そこで本記事では、個人事業主のお金の管理方法や、お金を管理するためのコツを解説します。
個人事業主にお金の管理が必要な理由

個人事業主にお金の管理が必要な理由としては主に以下の3つが挙げられます。
- 事業の収支を把握するため
- 事業用とプライベートのお金を区別するため
- 確定申告のため
事業の収支を把握するため
1つ目は、事業の収支を把握するためです。お金の流れを正確に記録しておかなければ、利益が出ているのかもわかりません。
売上高から経費を差し引いたものが利益です。売上高だけわかっても、経費がどのくらいかかっているか管理できていなければ、収支を把握できません。
事業用とプライベートのお金を区別するため
個人事業主は、適切にお金の管理をしなければ、事業用とプライベートの出費が混ざって区別がつかなくなってしまいます。後から混乱しないためにも、しっかり分けておくことが大切です。

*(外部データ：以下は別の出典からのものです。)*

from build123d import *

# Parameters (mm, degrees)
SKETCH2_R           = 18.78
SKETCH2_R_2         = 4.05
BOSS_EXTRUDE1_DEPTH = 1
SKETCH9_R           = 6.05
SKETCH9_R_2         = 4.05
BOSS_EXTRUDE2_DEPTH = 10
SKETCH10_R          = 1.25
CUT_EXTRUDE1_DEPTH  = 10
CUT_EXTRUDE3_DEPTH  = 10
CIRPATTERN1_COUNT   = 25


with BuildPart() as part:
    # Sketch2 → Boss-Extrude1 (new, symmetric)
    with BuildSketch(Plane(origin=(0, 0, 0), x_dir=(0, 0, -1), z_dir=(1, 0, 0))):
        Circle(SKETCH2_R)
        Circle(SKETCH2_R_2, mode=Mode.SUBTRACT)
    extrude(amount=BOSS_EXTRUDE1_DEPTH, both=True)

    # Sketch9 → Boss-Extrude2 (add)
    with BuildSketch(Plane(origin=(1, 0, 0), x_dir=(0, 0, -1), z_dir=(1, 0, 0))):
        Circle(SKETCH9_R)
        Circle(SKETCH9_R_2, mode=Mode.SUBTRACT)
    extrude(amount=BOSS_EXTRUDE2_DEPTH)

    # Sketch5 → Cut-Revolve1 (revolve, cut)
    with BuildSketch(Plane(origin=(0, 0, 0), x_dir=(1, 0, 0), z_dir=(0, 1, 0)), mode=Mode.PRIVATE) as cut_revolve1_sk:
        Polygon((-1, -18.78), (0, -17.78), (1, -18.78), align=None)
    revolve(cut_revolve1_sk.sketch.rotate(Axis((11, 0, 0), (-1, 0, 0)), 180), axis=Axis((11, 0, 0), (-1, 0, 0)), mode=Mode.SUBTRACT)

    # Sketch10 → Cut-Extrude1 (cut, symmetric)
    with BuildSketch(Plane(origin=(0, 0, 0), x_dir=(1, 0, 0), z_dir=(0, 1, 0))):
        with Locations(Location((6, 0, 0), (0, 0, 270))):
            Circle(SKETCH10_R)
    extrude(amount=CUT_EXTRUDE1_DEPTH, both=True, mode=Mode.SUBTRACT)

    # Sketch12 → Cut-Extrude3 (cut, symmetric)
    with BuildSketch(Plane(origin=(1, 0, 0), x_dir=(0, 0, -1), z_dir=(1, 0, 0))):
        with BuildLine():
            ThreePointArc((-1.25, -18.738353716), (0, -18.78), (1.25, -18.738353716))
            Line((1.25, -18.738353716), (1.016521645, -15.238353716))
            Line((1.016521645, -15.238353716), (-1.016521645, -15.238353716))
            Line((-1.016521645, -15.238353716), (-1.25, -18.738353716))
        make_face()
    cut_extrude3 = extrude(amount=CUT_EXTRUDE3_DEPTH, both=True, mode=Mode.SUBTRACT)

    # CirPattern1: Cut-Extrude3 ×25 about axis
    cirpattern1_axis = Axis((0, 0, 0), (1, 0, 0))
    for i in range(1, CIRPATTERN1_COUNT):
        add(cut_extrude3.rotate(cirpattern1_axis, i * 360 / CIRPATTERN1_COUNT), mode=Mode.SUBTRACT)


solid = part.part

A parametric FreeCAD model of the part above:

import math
import FreeCAD as App
import Part
import Sketcher
from FreeCAD import Vector


def add_polygon(sketch, points):
    """Adds a closed chain of lines whose ends are joined by coincident constraints."""
    first, n = sketch.GeometryCount, len(points)
    for a, b in zip(points, points[1:] + points[:1]):
        sketch.addGeometry(Part.LineSegment(App.Vector(*a, 0), App.Vector(*b, 0)), False)
    for i in range(n):
        sketch.addConstraint(Sketcher.Constraint("Coincident", first + i, 2, first + (i + 1) % n, 1))

doc = App.newDocument("Part")
body = doc.addObject("PartDesign::Body", "Body")

sketch1 = body.newObject("Sketcher::SketchObject", "Sketch")
sketch1.AttachmentSupport = (doc.getObject("YZ_Plane"), [""])
sketch1.MapMode = "FlatFace"
sketch1.addGeometry(Part.Circle(Vector(0, 0, 0), Vector(0, 0, 1), 18.78), False)
sketch1.addGeometry(Part.Circle(Vector(0, 0, 0), Vector(0, 0, 1), 4.05), False)
sketch1.addConstraint(Sketcher.Constraint("Coincident", 0, 3, -1, 1))
sketch1.addConstraint(Sketcher.Constraint("Coincident", 1, 3, -1, 1))
sketch1.addConstraint(Sketcher.Constraint("Diameter", 1, 8.1))
sketch1.addConstraint(Sketcher.Constraint("Diameter", 0, 37.56))
pad1 = body.newObject("PartDesign::Pad", "Pad")
pad1.Profile = sketch1
pad1.Length = 2
pad1.Midplane = True

sketch2 = body.newObject("Sketcher::SketchObject", "Sketch001")
sketch2.AttachmentSupport = (doc.getObject("YZ_Plane"), [""])
sketch2.MapMode = "FlatFace"
sketch2.AttachmentOffset = App.Placement(Vector(0, 0, 1), App.Rotation())
sketch2.addGeometry(Part.Circle(Vector(0, 0, 0), Vector(0, 0, 1), 6.05), False)
sketch2.addGeometry(Part.Circle(Vector(0, 0, 0), Vector(0, 0, 1), 4.05), False)
sketch2.addConstraint(Sketcher.Constraint("Coincident", 0, 3, -1, 1))
sketch2.addConstraint(Sketcher.Constraint("Coincident", 1, 3, -1, 1))
sketch2.addConstraint(Sketcher.Constraint("Diameter", 0, 12.1))
sketch2.addConstraint(Sketcher.Constraint("Diameter", 1, 8.1))
pad2 = body.newObject("PartDesign::Pad", "Pad001")
pad2.Profile = sketch2
pad2.Length = 10

sketch3 = body.newObject("Sketcher::SketchObject", "Sketch002")
sketch3.AttachmentSupport = (doc.getObject("XZ_Plane"), [""])
sketch3.MapMode = "FlatFace"
add_polygon(sketch3, [(0, 17.78), (-1, 18.78), (1, 18.78)])
sketch3.addConstraint(Sketcher.Constraint("Horizontal", 1))
sketch3.addConstraint(Sketcher.Constraint("PointOnObject", 2, 2, -2))
sketch3.addConstraint(Sketcher.Constraint("Perpendicular", 0, 2))
sketch3.addConstraint(Sketcher.Constraint("Equal", 0, 2))
sketch3.addConstraint(Sketcher.Constraint("DistanceX", 1, 1, 1, 2, 2.0))
sketch3.addConstraint(Sketcher.Constraint("DistanceY", -1, 1, 0, 2, 18.78))
groove = body.newObject("PartDesign::Groove", "Groove")
groove.Profile = sketch3
groove.ReferenceAxis = (sketch3, ["H_Axis"])
groove.Angle = 360

sketch4 = body.newObject("Sketcher::SketchObject", "Sketch003")
sketch4.AttachmentSupport = (doc.getObject("XZ_Plane"), [""])
sketch4.MapMode = "FlatFace"
sketch4.addGeometry(Part.Circle(Vector(6, 0, 0), Vector(0, 0, 1), 1.25), False)
sketch4.addConstraint(Sketcher.Constraint("PointOnObject", 0, 3, -1))
sketch4.addConstraint(Sketcher.Constraint("Diameter", 0, 2.5))
sketch4.addConstraint(Sketcher.Constraint("DistanceX", -1, 1, 0, 3, 6.0))
pocket1 = body.newObject("PartDesign::Pocket", "Pocket")
pocket1.Profile = sketch4
pocket1.Length = 20
pocket1.Midplane = True

sketch5 = body.newObject("Sketcher::SketchObject", "Sketch004")
sketch5.AttachmentSupport = (doc.getObject("YZ_Plane"), [""])
sketch5.MapMode = "FlatFace"
sketch5.AttachmentOffset = App.Placement(Vector(0, 0, 1), App.Rotation())
sketch5.addGeometry(Part.ArcOfCircle(Part.Circle(Vector(0, 0, 0), Vector(0, 0, 1), 18.78), math.radians(176.183562), math.radians(183.816438)), False)
sketch5.addGeometry(Part.LineSegment(Vector(-18.738354, -1.25, 0), Vector(-15.238354, -1.016522, 0)), False)
sketch5.addGeometry(Part.LineSegment(Vector(-15.238354, -1.016522, 0), Vector(-15.238354, 1.016522, 0)), False)
sketch5.addGeometry(Part.LineSegment(Vector(-15.238354, 1.016522, 0), Vector(-18.738354, 1.25, 0)), False)
sketch5.addConstraint(Sketcher.Constraint("Coincident", 0, 2, 1, 1))
sketch5.addConstraint(Sketcher.Constraint("Coincident", 1, 2, 2, 1))
sketch5.addConstraint(Sketcher.Constraint("Coincident", 2, 2, 3, 1))
sketch5.addConstraint(Sketcher.Constraint("Coincident", 3, 2, 0, 1))
sketch5.addConstraint(Sketcher.Constraint("Vertical", 2))
sketch5.addConstraint(Sketcher.Constraint("Coincident", 0, 3, -1, 1))
sketch5.addConstraint(Sketcher.Constraint("Vertical", 0, 2, 3, 2))
sketch5.addConstraint(Sketcher.Constraint("Equal", 1, 3))
sketch5.addConstraint(Sketcher.Constraint("Radius", 0, 18.78))
sketch5.addConstraint(Sketcher.Constraint("DistanceX", 0, 2, 1, 2, 3.5))
sketch5.addConstraint(Sketcher.Constraint("DistanceY", 0, 2, 3, 2, 2.5))
sketch5.addConstraint(Sketcher.Constraint("Distance", 1, 3.507779))
pocket2 = body.newObject("PartDesign::Pocket", "Pocket001")
pocket2.Profile = sketch5
pocket2.Length = 20
pocket2.Midplane = True
doc.recompute()

polarpattern = body.newObject("PartDesign::PolarPattern", "PolarPattern")
polarpattern.Originals = [pocket2]
polarpattern.Axis = (doc.getObject("X_Axis"), [""])
polarpattern.Angle = 360
polarpattern.Occurrences = 25
body.Tip = polarpattern

doc.recompute()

プライベートのお金で事業用の経費を支払った場合や、事業用のお金を生活費に使った場合は「事業主借」や「事業主貸」という勘定科目を使って仕訳が必要です。
確定申告のため
個人事業主は毎年確定申告が必要です。お金の管理をしておかなければ、正しい納税額を算出できません。帳簿への記載漏れが発生し、本来の申告額より少ない金額しか納税しなかった場合、過小申告加算税を納めなくてはいけなくなります。

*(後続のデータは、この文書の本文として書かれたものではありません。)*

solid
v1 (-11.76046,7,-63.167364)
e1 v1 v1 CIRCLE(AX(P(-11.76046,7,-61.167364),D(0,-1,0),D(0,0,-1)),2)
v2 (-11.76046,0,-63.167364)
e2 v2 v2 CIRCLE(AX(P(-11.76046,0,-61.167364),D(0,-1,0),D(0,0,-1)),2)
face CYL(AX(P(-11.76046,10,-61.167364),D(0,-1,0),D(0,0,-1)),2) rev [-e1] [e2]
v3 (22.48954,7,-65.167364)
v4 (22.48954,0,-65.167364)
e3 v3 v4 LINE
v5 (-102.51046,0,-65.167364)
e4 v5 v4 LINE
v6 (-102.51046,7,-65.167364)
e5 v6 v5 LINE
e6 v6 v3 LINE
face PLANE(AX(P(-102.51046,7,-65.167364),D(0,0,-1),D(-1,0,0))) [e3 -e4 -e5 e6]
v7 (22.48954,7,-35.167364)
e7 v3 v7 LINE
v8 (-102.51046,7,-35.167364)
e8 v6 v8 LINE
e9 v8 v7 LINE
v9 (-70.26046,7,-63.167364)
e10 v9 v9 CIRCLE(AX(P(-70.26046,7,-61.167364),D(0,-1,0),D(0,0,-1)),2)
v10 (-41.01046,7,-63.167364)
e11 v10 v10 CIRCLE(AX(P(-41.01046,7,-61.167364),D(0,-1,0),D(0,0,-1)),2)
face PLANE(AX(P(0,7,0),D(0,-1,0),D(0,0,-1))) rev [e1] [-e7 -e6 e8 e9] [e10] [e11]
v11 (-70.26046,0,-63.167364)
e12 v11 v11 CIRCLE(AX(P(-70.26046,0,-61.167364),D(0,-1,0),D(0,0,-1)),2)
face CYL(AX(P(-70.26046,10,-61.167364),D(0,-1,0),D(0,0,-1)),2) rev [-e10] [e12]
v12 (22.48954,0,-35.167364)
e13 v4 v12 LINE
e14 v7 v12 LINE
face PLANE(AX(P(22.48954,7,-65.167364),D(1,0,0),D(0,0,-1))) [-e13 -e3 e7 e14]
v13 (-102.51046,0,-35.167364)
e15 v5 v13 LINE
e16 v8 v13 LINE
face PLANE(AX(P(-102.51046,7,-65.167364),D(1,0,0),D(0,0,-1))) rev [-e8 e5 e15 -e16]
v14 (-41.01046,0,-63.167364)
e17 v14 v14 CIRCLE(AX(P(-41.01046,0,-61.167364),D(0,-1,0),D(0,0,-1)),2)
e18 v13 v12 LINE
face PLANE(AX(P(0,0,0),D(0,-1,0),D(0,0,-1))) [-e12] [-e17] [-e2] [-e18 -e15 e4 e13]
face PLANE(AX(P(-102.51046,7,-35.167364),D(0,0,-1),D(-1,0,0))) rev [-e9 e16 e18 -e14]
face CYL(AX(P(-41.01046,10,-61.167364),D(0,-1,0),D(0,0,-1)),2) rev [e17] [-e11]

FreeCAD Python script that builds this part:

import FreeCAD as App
import Part
import Sketcher


def add_polygon(sketch, points):
    """Adds a closed chain of lines whose ends are joined by coincident constraints."""
    first, n = sketch.GeometryCount, len(points)
    for a, b in zip(points, points[1:] + points[:1]):
        sketch.addGeometry(Part.LineSegment(App.Vector(*a, 0), App.Vector(*b, 0)), False)
    for i in range(n):
        sketch.addConstraint(Sketcher.Constraint("Coincident", first + i, 2, first + (i + 1) % n, 1))

doc = App.newDocument("Part")
body = doc.addObject("PartDesign::Body", "Body")

# Sketch on XZ plane
sketch1 = body.newObject("Sketcher::SketchObject", "Sketch")
sketch1.AttachmentSupport = (doc.getObject("XZ_Plane"), [""])
sketch1.MapMode = "FlatFace"
add_polygon(sketch1, [(-102.51046, -65.167364), (-102.51046, -35.167364), (22.48954, -35.167364), (22.48954, -65.167364)])  # lines 0-3
sketch1.addConstraint([
    Sketcher.Constraint("Vertical", 0),
    Sketcher.Constraint("Horizontal", 1),
    Sketcher.Constraint("Vertical", 2),
    Sketcher.Constraint("Horizontal", 3),
    Sketcher.Constraint("DistanceX", 1, 1, 1, 2, 125.0),
    Sketcher.Constraint("DistanceY", 0, 1, 0, 2, 30.0),
    Sketcher.Constraint("DistanceX", 0, 2, -1, 1, 102.51046),
    Sketcher.Constraint("DistanceY", 0, 2, -1, 1, 35.167364),
])
pad1 = body.newObject("PartDesign::Pad", "Pad")
pad1.Profile = sketch1
pad1.Length = 7
pad1.Reversed = True

# Sketch on XZ plane
sketch2 = body.newObject("Sketcher::SketchObject", "Sketch001")
sketch2.AttachmentSupport = (doc.getObject("XZ_Plane"), [""])
sketch2.MapMode = "FlatFace"
sketch2.addGeometry([
    Part.Circle(App.Vector(-70.26046, -61.167364, 0), App.Vector(0, 0, 1), 2),
    Part.Circle(App.Vector(-41.01046, -61.167364, 0), App.Vector(0, 0, 1), 2),
    Part.Circle(App.Vector(-11.76046, -61.167364, 0), App.Vector(0, 0, 1), 2),
], False)
sketch2.addConstraint([
    Sketcher.Constraint("Equal", 0, 1),
    Sketcher.Constraint("Equal", 1, 2),
    Sketcher.Constraint("Horizontal", 0, 3, 1, 3),
    Sketcher.Constraint("Horizontal", 1, 3, 2, 3),
    Sketcher.Constraint("Diameter", 0, 4.0),
    Sketcher.Constraint("DistanceX", 0, 3, 2, 3, 58.5),
    Sketcher.Constraint("DistanceX", 0, 3, 1, 3, 29.25),
    Sketcher.Constraint("DistanceX", 0, 3, -1, 1, 70.26046),
    Sketcher.Constraint("DistanceY", 0, 3, -1, 1, 61.167364),
])
pocket1 = body.newObject("PartDesign::Pocket", "Pocket")
pocket1.Profile = sketch2
pocket1.Length = 10

doc.recompute()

ペナルティを受けないためにも、しっかりとお金の管理が必要です。
個人事業主がお金を管理する方法

個人事業主のお金の管理方法には、日次処理・月次処理・年次処理があります。どのようにお金を管理していくか確認しましょう。
毎日行ったほうがよいこと
個人事業主がお金の管理のために日々行ったほうがよいこと(日次処理)は、主に以下の3つです。
- 入金の記帳
- 出金の記帳
- 領収書・請求書・納品書などの保管
売掛金などの入金や、経費の支払いなど、日々の入出金は漏れなく記帳しておきましょう。
月単位で行ったほうがよいこと
個人事業主のお金の管理で、月単位で行ったほうがよいこと(月次処理)には、以下が挙げられます。
- 通帳の記帳
- 請求書発行
- 仕入れ先へ支払い
- 帳簿のチェック
- 月次試算表の作成
月に1回は通帳の記帳をして、帳簿と残高を照合したほうがよいでしょう。残高が違う場合、帳簿に記帳漏れや仕訳ミスがあるはずです。確認して修正しましょう。請求書の発行や売掛金の回収、仕入れ先への支払いなども行います。

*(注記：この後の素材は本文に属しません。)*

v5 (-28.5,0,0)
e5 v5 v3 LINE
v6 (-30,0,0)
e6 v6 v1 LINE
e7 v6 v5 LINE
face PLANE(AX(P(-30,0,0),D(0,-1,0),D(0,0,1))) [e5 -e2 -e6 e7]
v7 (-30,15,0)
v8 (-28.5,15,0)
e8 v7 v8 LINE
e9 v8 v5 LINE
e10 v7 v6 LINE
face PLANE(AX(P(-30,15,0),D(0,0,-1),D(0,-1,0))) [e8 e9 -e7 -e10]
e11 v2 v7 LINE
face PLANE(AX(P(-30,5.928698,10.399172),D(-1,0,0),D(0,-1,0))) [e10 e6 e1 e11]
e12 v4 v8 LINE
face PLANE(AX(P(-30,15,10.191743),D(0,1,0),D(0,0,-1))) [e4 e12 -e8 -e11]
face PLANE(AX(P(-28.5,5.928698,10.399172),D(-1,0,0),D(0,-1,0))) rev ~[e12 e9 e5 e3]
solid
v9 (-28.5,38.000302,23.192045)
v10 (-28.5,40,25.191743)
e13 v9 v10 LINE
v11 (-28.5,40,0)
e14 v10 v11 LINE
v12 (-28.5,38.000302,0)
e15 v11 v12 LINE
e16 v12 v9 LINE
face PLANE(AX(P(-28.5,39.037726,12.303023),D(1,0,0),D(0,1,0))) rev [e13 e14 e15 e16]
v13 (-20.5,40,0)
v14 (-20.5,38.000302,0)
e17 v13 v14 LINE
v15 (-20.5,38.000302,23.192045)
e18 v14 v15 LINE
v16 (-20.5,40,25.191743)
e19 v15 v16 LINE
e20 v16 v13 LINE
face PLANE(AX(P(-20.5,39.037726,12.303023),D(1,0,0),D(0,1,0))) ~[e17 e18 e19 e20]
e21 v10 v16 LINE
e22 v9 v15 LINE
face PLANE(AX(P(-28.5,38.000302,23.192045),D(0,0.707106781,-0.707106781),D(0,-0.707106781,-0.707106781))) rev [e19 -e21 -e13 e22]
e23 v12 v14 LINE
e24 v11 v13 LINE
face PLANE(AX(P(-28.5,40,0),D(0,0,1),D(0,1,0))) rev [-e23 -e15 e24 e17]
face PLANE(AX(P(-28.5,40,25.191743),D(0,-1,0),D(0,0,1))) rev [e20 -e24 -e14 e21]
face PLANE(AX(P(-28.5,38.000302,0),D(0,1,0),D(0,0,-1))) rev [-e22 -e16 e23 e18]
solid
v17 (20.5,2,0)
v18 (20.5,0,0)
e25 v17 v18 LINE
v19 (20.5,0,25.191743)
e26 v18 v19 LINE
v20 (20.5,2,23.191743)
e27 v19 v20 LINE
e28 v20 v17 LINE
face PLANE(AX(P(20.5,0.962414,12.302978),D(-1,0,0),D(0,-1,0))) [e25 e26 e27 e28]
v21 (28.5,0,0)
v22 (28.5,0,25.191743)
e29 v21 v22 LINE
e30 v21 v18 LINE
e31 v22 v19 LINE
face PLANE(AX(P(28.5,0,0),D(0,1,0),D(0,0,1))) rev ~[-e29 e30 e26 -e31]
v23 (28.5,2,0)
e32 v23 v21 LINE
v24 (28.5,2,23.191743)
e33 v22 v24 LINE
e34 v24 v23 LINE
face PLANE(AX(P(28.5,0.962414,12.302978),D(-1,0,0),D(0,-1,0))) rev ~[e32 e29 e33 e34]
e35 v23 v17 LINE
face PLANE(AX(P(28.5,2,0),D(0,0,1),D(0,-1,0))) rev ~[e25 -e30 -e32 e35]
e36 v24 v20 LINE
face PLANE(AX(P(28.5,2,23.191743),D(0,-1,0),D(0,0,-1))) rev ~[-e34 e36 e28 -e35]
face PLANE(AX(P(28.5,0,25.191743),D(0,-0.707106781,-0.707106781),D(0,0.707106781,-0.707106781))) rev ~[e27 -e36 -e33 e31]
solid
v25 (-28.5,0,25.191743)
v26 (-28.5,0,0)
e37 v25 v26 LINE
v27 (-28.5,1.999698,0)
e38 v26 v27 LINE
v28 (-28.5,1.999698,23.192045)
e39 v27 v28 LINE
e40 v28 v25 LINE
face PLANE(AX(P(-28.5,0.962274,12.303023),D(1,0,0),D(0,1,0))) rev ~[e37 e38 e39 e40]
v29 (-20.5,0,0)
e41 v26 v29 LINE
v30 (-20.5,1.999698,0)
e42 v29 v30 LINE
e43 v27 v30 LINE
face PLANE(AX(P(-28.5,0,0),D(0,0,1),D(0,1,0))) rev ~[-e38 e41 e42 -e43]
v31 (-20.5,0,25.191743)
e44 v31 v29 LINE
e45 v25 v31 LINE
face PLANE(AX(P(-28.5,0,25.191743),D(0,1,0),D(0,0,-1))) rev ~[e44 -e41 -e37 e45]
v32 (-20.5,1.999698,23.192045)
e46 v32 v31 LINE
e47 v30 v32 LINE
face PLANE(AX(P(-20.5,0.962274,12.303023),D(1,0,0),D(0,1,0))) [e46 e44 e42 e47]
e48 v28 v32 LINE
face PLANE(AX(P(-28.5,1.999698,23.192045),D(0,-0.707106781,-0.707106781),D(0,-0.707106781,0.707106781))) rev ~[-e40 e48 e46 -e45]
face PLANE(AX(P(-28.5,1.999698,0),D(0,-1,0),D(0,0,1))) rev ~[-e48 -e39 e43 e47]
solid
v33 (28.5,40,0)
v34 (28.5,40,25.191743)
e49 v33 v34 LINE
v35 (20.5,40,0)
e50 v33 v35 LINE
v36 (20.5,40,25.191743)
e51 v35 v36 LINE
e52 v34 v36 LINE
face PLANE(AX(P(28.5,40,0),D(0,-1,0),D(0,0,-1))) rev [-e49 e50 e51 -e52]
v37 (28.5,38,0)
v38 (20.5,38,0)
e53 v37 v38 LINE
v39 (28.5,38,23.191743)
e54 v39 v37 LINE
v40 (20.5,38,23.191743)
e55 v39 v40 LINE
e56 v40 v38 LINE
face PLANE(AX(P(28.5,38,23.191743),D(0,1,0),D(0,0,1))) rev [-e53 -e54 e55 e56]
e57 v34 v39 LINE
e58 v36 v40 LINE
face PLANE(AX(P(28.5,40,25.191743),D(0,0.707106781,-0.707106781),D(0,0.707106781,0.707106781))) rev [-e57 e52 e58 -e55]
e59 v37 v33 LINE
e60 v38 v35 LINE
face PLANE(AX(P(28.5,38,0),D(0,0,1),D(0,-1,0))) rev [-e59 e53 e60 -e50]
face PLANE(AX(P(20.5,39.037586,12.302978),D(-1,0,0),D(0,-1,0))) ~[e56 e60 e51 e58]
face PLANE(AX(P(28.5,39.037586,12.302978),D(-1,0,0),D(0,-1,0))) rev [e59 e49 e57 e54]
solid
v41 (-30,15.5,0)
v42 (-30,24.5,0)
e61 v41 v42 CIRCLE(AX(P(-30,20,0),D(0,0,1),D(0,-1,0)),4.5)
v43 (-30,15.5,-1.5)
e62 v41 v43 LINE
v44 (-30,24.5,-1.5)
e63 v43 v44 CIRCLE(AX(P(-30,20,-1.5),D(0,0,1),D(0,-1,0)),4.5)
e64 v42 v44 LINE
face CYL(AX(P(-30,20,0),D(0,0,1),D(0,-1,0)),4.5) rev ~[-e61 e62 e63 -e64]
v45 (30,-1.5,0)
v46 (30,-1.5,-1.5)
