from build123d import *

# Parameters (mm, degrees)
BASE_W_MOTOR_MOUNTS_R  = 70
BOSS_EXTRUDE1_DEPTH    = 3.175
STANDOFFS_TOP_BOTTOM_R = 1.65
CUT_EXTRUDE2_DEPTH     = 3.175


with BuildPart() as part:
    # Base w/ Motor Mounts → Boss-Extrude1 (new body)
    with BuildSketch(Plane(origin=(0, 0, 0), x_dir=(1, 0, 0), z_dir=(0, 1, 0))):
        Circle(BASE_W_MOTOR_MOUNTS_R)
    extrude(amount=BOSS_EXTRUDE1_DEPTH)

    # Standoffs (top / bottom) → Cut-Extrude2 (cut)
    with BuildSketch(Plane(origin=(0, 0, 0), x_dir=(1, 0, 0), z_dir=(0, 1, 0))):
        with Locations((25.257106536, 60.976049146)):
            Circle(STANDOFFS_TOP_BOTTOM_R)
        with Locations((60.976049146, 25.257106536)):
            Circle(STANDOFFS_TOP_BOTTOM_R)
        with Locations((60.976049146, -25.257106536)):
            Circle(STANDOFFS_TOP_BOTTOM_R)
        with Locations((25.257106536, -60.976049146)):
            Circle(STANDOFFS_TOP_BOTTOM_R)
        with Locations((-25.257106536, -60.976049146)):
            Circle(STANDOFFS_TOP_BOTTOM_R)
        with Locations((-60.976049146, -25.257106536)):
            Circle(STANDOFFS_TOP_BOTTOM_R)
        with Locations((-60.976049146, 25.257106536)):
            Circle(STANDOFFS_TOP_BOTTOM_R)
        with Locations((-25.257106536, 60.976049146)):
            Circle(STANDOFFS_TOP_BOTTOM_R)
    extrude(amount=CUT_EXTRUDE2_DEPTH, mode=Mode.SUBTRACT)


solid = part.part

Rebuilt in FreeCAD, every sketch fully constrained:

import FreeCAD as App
import Part
import Sketcher
Q = App.Units.Quantity

doc = App.newDocument("Part")
body = doc.addObject("PartDesign::Body", "Body")

sketch1 = doc.addObject("Sketcher::SketchObject", "Sketch")
body.addObject(sketch1)
sketch1.AttachmentSupport = (doc.XZ_Plane, [""])
sketch1.MapMode = "FlatFace"
sketch1.addGeometry(Part.Circle(App.Vector(0, 0, 0), App.Vector(0, 0, 1), 70), False)
sketch1.addConstraint([
    Sketcher.Constraint("Coincident", 0, 3, -1, 1),
    Sketcher.Constraint("Diameter", 0, Q("140 mm")),
])
pad1 = doc.addObject("PartDesign::Pad", "Pad")
body.addObject(pad1)
pad1.Profile = sketch1
pad1.Length = 3.175
pad1.Reversed = True

sketch2 = doc.addObject("Sketcher::SketchObject", "Sketch001")
body.addObject(sketch2)
sketch2.AttachmentSupport = (doc.XZ_Plane, [""])
sketch2.MapMode = "FlatFace"
sketch2.addGeometry([
    Part.Circle(App.Vector(25.257107, -60.976049, 0), App.Vector(0, 0, 1), 1.65),
    Part.Circle(App.Vector(60.976049, -25.257107, 0), App.Vector(0, 0, 1), 1.65),
    Part.Circle(App.Vector(60.976049, 25.257107, 0), App.Vector(0, 0, 1), 1.65),
    Part.Circle(App.Vector(25.257107, 60.976049, 0), App.Vector(0, 0, 1), 1.65),
    Part.Circle(App.Vector(-25.257107, 60.976049, 0), App.Vector(0, 0, 1), 1.65),
    Part.Circle(App.Vector(-60.976049, 25.257107, 0), App.Vector(0, 0, 1), 1.65),
    Part.Circle(App.Vector(-60.976049, -25.257107, 0), App.Vector(0, 0, 1), 1.65),
    Part.Circle(App.Vector(-25.257107, -60.976049, 0), App.Vector(0, 0, 1), 1.65),
], False)
sketch2.addConstraint([
    Sketcher.Constraint("Equal", 0, 1),
    Sketcher.Constraint("Equal", 1, 2),
    Sketcher.Constraint("Equal", 2, 3),
    Sketcher.Constraint("Equal", 3, 4),
    Sketcher.Constraint("Equal", 4, 5),
    Sketcher.Constraint("Equal", 5, 6),
    Sketcher.Constraint("Equal", 6, 7),
    Sketcher.Constraint("Symmetric", 0, 3, 4, 3, -1, 1),
    Sketcher.Constraint("Symmetric", 1, 3, 5, 3, -1, 1),
    Sketcher.Constraint("Symmetric", 2, 3, 6, 3, -1, 1),
    Sketcher.Constraint("Symmetric", 3, 3, 7, 3, -1, 1),
    Sketcher.Constraint("Symmetric", 3, 3, 4, 3, -2),
    Sketcher.Constraint("Symmetric", 2, 3, 5, 3, -2),
    Sketcher.Constraint("Diameter", 0, Q("3.3 mm")),
    Sketcher.Constraint("DistanceY", 0, 3, 3, 3, Q("121.952098 mm")),
    Sketcher.Constraint("DistanceX", 5, 3, 2, 3, Q("121.952098 mm")),
    Sketcher.Constraint("DistanceX", -1, 1, 0, 3, Q("25.257107 mm")),
    Sketcher.Constraint("DistanceY", 1, 3, -1, 1, Q("25.257107 mm")),
])
pocket1 = doc.addObject("PartDesign::Pocket", "Pocket")
body.addObject(pocket1)
pocket1.Profile = sketch2
pocket1.Length = 3.175

doc.recompute()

また、財務状況を把握するために、月ごとの決算書にあたる月次試算表を作成したほうがよいでしょう。月次試算表の作成は必須ではありませんが、月ごとの経営状況を把握できます。
年単位で行ったほうがよいこと
個人事業主の会計期間は1月〜12月です。決算月は12月、決算日は12月31日と決められています。自分で自由に決めることはできません。個人事業主が年単位で行ったほうがよいこと(年次処理)には、棚卸や決算整理仕訳などが挙げられます。また、青色申告の場合は青色申告決算書、白色申告の場合は収支内訳書を作成します。
確定申告は原則2月16日〜3月15日(土日の場合は翌営業日)に行う必要があります。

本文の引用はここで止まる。